I think the reason behind keeping at least 6 5/8 on the brace height on the LX was so you would have any touble keeping the string and cable in the roller gaurd. If lbs are low the cable will get it back, then balance the cam with the string. Even if the specs are'nt quite right it should shoot well as long as the cam orientating is reasonable. You just might not be getting the lbs you want.


----------



## Mexican 3D (Nov 16, 2003)

red44 said:


> I think the reason behind keeping at least 6 5/8 on the brace height on the LX was so you would have any touble keeping the string and cable in the roller gaurd. If lbs are low the cable will get it back, then balance the cam with the string. Even if the specs are'nt quite right it should shoot well as long as the cam orientating is reasonable. You just might not be getting the lbs you want.


well, in order to get the 70# i had to add twists to the cable and take twists off the string. this got me the 70# i was looking for, but cam orientation is nowhere near where it should be. 

so, what do you recommned??

thanx!!


----------



## red44 (Apr 11, 2005)

Get the cam oriented 1st. Now if your still down on lbs, twist the cable 1 and the string 2 (one on each end) this should raise the lbs and keep the cam oriented.


----------



## red44 (Apr 11, 2005)

If you end having to do quite a few twists on the cable you may end up with more or less than X2 on the string. The string is'nt exactly twice the lenth of the cable but thats the reason behind the 2 to 1 ratio.


----------



## Mexican 3D (Nov 16, 2003)

red44 said:


> If you end having to do quite a few twists on the cable you may end up with more or less than X2 on the string. The string is'nt exactly twice the lenth of the cable but thats the reason behind the 2 to 1 ratio.

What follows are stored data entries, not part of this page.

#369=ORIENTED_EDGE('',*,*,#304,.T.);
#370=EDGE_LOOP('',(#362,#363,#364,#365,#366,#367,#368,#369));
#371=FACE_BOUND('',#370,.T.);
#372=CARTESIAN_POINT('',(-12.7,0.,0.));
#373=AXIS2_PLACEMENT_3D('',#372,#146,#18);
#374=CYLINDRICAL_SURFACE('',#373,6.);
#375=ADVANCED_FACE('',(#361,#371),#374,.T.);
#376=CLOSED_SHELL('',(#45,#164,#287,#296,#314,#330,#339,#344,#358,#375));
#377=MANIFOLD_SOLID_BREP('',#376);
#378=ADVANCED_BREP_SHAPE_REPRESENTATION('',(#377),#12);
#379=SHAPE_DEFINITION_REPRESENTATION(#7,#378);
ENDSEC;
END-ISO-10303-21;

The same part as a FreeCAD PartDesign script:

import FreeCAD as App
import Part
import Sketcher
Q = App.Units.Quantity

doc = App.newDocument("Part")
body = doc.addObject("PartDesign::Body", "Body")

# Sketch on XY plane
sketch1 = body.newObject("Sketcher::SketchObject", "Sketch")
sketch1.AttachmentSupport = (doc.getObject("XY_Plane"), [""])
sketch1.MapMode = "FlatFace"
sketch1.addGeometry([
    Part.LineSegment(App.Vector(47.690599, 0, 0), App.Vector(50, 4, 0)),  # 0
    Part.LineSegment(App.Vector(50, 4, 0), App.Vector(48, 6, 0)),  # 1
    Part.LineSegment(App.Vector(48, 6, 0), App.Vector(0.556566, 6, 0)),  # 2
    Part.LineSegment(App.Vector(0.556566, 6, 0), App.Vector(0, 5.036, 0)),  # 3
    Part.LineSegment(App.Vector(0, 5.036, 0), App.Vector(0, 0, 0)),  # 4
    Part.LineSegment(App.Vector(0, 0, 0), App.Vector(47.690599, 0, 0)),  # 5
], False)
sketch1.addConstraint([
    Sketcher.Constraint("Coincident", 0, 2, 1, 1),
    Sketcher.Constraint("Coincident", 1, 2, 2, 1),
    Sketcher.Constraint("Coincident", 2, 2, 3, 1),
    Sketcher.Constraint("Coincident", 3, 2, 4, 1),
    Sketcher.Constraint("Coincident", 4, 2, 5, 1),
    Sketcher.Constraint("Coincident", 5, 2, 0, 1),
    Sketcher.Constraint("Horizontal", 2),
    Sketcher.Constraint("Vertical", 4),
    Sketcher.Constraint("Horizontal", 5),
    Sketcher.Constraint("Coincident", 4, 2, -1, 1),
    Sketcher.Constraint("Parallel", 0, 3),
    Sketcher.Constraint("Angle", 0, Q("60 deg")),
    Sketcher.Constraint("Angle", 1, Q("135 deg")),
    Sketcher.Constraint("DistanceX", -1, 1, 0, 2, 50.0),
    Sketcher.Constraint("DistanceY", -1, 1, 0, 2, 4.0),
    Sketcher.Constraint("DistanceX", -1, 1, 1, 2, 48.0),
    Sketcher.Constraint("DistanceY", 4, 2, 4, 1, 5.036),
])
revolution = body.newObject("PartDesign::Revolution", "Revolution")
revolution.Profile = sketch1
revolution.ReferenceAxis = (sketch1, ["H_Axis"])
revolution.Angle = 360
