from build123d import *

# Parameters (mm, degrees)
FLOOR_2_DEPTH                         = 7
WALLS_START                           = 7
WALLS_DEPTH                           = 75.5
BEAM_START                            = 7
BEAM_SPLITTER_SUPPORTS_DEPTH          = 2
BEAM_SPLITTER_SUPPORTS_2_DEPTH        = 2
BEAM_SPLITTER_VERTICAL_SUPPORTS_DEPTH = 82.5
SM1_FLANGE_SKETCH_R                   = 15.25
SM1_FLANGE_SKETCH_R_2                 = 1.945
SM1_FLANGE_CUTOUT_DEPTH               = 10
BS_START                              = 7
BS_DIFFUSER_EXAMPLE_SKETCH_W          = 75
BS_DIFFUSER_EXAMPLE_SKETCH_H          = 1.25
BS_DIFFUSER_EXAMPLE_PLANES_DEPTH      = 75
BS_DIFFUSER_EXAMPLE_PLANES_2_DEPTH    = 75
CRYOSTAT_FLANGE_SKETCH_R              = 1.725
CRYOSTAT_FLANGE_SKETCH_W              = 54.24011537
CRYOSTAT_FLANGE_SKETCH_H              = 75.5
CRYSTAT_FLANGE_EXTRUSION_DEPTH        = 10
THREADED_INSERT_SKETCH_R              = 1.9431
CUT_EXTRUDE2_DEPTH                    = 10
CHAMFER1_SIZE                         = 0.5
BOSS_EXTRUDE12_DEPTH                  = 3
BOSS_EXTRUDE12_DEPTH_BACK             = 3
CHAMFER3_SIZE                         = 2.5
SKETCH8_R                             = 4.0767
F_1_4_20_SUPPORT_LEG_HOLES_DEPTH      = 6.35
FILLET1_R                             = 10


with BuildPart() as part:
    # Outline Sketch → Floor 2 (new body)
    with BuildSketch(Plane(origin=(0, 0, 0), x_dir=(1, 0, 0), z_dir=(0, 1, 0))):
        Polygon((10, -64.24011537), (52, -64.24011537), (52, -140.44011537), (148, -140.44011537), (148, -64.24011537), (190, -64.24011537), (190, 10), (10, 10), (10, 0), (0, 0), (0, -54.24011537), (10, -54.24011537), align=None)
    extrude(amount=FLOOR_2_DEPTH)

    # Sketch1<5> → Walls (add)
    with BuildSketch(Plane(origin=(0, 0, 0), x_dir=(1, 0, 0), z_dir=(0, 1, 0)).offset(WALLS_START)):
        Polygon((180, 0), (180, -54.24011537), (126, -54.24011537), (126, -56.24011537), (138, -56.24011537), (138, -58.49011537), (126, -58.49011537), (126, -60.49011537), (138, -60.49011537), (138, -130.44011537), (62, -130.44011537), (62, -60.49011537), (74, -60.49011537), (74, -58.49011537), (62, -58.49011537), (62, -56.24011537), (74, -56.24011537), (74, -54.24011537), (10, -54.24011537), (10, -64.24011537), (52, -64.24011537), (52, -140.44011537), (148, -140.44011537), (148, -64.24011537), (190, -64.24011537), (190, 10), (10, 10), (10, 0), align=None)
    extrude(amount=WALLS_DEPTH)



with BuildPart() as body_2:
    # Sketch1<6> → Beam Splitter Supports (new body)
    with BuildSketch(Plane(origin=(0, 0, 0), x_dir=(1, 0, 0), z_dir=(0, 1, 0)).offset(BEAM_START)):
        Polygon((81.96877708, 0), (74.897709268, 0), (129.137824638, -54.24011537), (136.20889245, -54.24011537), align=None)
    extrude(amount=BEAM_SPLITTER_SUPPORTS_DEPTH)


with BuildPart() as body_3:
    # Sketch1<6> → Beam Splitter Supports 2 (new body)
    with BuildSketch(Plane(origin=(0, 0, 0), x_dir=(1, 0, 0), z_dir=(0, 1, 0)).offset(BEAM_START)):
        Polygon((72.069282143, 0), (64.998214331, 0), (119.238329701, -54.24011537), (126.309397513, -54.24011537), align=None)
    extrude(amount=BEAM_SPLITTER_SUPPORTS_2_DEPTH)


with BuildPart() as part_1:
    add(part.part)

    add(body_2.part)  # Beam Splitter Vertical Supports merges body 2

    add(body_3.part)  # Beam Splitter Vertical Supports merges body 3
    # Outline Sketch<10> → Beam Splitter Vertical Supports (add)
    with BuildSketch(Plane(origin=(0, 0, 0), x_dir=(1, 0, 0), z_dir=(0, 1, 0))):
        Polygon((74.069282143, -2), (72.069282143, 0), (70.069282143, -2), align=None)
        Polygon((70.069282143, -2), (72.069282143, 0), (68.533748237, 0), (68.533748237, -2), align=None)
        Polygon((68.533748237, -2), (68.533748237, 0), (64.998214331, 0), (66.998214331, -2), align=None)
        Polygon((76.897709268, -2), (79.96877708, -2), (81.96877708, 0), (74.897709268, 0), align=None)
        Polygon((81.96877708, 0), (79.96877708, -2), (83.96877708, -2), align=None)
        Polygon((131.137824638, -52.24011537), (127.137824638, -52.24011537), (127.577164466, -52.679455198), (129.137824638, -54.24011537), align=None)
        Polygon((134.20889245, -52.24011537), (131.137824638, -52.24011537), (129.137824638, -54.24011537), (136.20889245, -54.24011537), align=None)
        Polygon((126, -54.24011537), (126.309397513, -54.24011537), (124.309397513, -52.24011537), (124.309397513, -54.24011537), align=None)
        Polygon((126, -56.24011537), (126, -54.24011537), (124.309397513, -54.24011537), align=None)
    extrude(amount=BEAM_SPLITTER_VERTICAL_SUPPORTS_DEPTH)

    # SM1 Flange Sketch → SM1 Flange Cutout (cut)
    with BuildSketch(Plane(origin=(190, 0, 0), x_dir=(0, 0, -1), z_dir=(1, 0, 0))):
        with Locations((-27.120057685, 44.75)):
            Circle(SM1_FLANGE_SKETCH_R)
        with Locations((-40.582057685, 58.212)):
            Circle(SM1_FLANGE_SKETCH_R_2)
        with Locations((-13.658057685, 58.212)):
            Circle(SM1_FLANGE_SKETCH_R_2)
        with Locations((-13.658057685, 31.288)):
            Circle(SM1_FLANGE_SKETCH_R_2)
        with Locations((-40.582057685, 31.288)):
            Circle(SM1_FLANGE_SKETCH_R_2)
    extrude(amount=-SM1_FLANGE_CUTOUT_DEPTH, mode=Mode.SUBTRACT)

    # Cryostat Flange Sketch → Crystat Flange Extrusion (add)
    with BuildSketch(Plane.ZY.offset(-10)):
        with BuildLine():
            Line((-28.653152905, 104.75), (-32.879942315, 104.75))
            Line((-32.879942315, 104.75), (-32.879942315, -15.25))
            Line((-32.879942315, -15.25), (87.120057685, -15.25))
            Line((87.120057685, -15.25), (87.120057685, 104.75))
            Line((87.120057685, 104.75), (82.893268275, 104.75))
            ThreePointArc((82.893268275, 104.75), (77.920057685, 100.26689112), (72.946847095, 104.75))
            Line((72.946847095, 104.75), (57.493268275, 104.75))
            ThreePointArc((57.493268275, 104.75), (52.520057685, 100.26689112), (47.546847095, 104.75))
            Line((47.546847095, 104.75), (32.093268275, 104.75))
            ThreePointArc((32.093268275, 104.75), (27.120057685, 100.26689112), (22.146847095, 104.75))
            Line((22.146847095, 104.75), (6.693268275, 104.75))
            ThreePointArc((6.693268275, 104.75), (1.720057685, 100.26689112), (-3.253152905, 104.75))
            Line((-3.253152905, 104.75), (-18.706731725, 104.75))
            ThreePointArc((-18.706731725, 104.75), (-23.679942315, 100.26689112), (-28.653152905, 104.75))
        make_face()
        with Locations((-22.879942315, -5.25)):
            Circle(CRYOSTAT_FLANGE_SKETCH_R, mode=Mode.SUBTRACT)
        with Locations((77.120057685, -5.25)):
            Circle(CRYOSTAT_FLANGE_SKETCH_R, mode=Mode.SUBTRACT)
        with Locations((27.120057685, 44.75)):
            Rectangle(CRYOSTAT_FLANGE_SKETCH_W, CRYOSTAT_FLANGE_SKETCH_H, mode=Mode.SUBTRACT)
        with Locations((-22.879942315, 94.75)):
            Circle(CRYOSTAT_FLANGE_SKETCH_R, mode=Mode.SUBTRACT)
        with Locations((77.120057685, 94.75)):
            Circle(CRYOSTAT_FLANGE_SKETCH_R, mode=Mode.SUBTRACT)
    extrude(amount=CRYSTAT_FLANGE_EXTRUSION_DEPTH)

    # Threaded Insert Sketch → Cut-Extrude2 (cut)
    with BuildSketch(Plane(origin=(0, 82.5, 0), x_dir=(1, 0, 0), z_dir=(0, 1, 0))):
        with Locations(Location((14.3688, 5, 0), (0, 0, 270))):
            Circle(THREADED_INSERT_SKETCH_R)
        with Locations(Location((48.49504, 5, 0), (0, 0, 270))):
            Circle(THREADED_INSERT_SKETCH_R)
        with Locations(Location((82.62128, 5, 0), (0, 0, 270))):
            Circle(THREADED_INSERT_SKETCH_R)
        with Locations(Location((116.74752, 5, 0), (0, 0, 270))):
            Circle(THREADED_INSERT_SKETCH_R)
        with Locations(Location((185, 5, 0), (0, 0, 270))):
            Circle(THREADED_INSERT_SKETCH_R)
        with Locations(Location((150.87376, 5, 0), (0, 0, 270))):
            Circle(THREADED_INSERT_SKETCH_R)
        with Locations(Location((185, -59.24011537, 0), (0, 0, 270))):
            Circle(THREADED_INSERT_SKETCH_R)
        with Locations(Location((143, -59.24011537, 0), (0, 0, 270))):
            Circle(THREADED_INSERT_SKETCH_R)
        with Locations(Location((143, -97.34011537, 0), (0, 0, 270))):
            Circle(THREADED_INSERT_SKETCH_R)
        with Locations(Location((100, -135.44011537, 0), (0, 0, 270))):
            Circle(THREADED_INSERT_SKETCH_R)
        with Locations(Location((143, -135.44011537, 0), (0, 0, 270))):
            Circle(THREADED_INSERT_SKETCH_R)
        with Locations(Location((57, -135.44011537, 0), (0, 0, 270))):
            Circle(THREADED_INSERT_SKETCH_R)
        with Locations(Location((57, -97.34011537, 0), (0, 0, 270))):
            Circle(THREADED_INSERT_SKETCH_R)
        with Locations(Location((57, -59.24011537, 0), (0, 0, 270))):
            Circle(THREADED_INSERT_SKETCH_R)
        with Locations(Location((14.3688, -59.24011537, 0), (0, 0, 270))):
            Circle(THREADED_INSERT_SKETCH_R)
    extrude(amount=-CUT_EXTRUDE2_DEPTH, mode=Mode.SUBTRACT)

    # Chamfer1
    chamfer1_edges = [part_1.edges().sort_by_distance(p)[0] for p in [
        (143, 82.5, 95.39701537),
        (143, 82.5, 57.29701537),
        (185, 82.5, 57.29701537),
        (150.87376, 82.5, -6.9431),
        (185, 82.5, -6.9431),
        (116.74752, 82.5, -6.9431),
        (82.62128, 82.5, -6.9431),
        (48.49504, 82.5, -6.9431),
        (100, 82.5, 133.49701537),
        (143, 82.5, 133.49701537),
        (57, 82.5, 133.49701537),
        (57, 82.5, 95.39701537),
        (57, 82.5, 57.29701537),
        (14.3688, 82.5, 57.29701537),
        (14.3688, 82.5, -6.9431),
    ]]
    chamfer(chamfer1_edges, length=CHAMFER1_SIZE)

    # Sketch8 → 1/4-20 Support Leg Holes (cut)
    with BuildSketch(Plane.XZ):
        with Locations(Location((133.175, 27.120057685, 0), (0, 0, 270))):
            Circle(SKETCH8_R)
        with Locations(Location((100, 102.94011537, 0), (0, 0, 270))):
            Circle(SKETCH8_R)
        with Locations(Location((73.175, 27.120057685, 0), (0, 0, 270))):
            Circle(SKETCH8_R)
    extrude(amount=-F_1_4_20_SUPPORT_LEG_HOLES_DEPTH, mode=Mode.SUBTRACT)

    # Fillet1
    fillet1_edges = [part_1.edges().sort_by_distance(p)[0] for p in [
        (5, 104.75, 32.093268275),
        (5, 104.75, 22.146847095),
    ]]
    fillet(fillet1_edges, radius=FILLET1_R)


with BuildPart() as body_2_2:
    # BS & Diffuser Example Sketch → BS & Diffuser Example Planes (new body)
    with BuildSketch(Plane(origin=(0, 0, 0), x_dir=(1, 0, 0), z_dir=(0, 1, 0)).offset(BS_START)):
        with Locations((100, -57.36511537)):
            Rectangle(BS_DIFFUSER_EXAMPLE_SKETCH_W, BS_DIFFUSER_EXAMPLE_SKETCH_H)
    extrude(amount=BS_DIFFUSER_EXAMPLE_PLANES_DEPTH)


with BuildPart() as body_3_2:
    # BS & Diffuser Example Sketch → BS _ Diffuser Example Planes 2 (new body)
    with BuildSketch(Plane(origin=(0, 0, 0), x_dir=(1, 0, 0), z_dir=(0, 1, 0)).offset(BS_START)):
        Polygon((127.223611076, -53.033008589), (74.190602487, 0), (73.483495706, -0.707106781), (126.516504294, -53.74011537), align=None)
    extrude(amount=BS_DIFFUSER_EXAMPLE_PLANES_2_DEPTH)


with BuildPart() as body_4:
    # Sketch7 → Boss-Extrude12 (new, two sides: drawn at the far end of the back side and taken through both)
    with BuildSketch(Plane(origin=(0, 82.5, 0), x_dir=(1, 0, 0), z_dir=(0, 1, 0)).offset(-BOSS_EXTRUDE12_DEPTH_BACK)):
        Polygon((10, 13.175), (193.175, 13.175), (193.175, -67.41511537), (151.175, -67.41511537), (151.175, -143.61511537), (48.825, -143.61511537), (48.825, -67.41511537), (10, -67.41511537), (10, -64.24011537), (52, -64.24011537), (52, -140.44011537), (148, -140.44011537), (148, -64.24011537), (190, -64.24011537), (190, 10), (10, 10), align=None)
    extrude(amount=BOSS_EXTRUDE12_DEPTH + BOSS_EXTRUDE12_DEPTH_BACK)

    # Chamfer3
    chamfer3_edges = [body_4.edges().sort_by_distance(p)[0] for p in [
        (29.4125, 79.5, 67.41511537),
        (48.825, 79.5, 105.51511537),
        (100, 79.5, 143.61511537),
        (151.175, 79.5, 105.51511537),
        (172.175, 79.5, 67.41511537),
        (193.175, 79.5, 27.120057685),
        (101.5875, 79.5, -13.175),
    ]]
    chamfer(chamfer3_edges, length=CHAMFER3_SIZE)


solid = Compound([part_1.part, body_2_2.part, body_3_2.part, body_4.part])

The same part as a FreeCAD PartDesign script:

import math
import FreeCAD as App
import Part
import Sketcher

V = App.Vector
Q = App.Units.Quantity


def edges_at(feature, points):
    """Names of the edges that pass closest to the given points."""
    edges = feature.Shape.Edges
    near = lambda p: min(range(len(edges)), key=lambda i: edges[i].distToShape(Part.Vertex(*p))[0])
    return sorted({f"Edge{near(p) + 1}" for p in points})


def add_polygon(sketch, points):
    """Adds a closed chain of lines whose ends are joined by coincident constraints."""
    first, n = sketch.GeometryCount, len(points)
    for a, b in zip(points, points[1:] + points[:1]):
        sketch.addGeometry(Part.LineSegment(App.Vector(*a, 0), App.Vector(*b, 0)), False)
    for i in range(n):
        sketch.addConstraint(Sketcher.Constraint("Coincident", first + i, 2, first + (i + 1) % n, 1))

doc = App.newDocument("Part")
body = doc.addObject("PartDesign::Body", "Body")

sketch1 = body.newObject("Sketcher::SketchObject", "Sketch")
sketch1.AttachmentSupport = (doc.getObject("XZ_Plane"), [""])
sketch1.MapMode = "FlatFace"
add_polygon(sketch1, [(10, 64), (52, 64), (52, 140), (148, 140), (148, 64), (190, 64), (190, -10), (10, -10), (10, 0), (0, 0), (0, 54), (10, 54)])
sketch1.addConstraint(Sketcher.Constraint("Horizontal", 0))
sketch1.addConstraint(Sketcher.Constraint("Vertical", 1))
sketch1.addConstraint(Sketcher.Constraint("Horizontal", 2))
sketch1.addConstraint(Sketcher.Constraint("Vertical", 3))
sketch1.addConstraint(Sketcher.Constraint("Horizontal", 4))
sketch1.addConstraint(Sketcher.Constraint("Vertical", 5))
sketch1.addConstraint(Sketcher.Constraint("Horizontal", 6))
sketch1.addConstraint(Sketcher.Constraint("Vertical", 7))
sketch1.addConstraint(Sketcher.Constraint("Horizontal", 8))
sketch1.addConstraint(Sketcher.Constraint("Vertical", 9))
sketch1.addConstraint(Sketcher.Constraint("Horizontal", 10))
sketch1.addConstraint(Sketcher.Constraint("Vertical", 11))
sketch1.addConstraint(Sketcher.Constraint("Coincident", 8, 2, -1, 1))
sketch1.addConstraint(Sketcher.Constraint("Horizontal", 0, 2, 3, 2))
sketch1.addConstraint(Sketcher.Constraint("Vertical", 7, 2, 10, 2))
sketch1.addConstraint(Sketcher.Constraint("Equal", 0, 4))
sketch1.addConstraint(Sketcher.Constraint("Equal", 10, 7))
sketch1.addConstraint(Sketcher.Constraint("Equal", 7, 11))
sketch1.addConstraint(Sketcher.Constraint("DistanceX", 0, 1, 0, 2, 42.0))
sketch1.addConstraint(Sketcher.Constraint("DistanceX", 2, 1, 2, 2, 96.0))
sketch1.addConstraint(Sketcher.Constraint("DistanceX", 8, 2, 8, 1, 10.0))
sketch1.addConstraint(Sketcher.Constraint("DistanceY", 1, 1, 1, 2, 76.2))
sketch1.addConstraint(Sketcher.Constraint("DistanceY", 5, 2, 5, 1, 74.240115))
pad1 = body.newObject("PartDesign::Pad", "Pad")
pad1.Profile = sketch1
pad1.Length = 7
pad1.Reversed = True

thats what i've heard. however i endep up with about 2 twists per inch on the cable, and less than 1 twist per inch on the string. i think im going to tear it all appart and begin from zero, to set the cable lenght and string lenght first, and then hopefully i will have to do just minor adjustments to correct cam orientation.

good luck!


----------



## red44 (Apr 11, 2005)

Not a bad idea, I've had to resort to that myself once or twice. My son's Hoyt cam.5 just gave me fits. One to many cables for me. :embara:


----------



## Mexican 3D (Nov 16, 2003)

red44 said:


> Not a bad idea, I've had to resort to that myself once or twice. My son's Hoyt cam.5 just gave me fits. One to many cables for me. :embara:


haha, i know, i have had to deal with double cam bows in the past. since i dont own one, i had a hard time. if sometimes we struggle with just 1 cable and one string, i dont know why they decided to put more of them in bows  

now imagine having to tune this bow:

https://www.huntingfishingdirect.com/xcart/Bladerunner-ISO-Force-Archery-Bow-pr-16968.html


good luck!


----------



## red44 (Apr 11, 2005)

YIKES! But hey, no press needed...


----------



## Mexican 3D (Nov 16, 2003)

haha, that could be an advantage, but i think i still prefer my mathews :wink:


----------



## trailk11 (Feb 21, 2007)

I'm actually going through the same thing right now with my Lx......I haven't checked th poundage.....but after adding many a twist I got it perfect a 35 5/8 ATA and 6 5/8 BH......I'm tempted to not even check the weight because I'm not sure if I wanna know.


----------



## NY hunter (Mar 4, 2007)

I have an LX also and I beleive it shoots great. It's a seventy pound bow but is maxed out at 65 pounds with no more adustment left to turn the limb bolts any further.


----------



## Mexican 3D (Nov 16, 2003)

my LX was shooting great too, but i wanted a bit more poundage, thats why i began playing with it. it had an a2a of exactly 36"  

good luck!


----------



## archertom (Oct 19, 2006)

What kind of bow weight scale are you using? The hand held spring type aren't accurate, you should use a digital hand held or the hanging type. I had 2 different hand held spring type that were about 4 to 5 pounds off on both of them.


----------



## kyost (Aug 16, 2004)

I own an LX and have worked on many, and the first thing that you need to do is replace the strings. I DO NOT believe you can get the LX to spec out with the factory strings. I built mine shorter than stock to achieve the 6 5/8" BH and it'll hit max poundage every time. I believe, but don't quote me, my ATA is around 35", but if you get the BH to measure 6 5/8" from the deepest part of the grip to the front of the string, and orient the cam properly, it will be in spec.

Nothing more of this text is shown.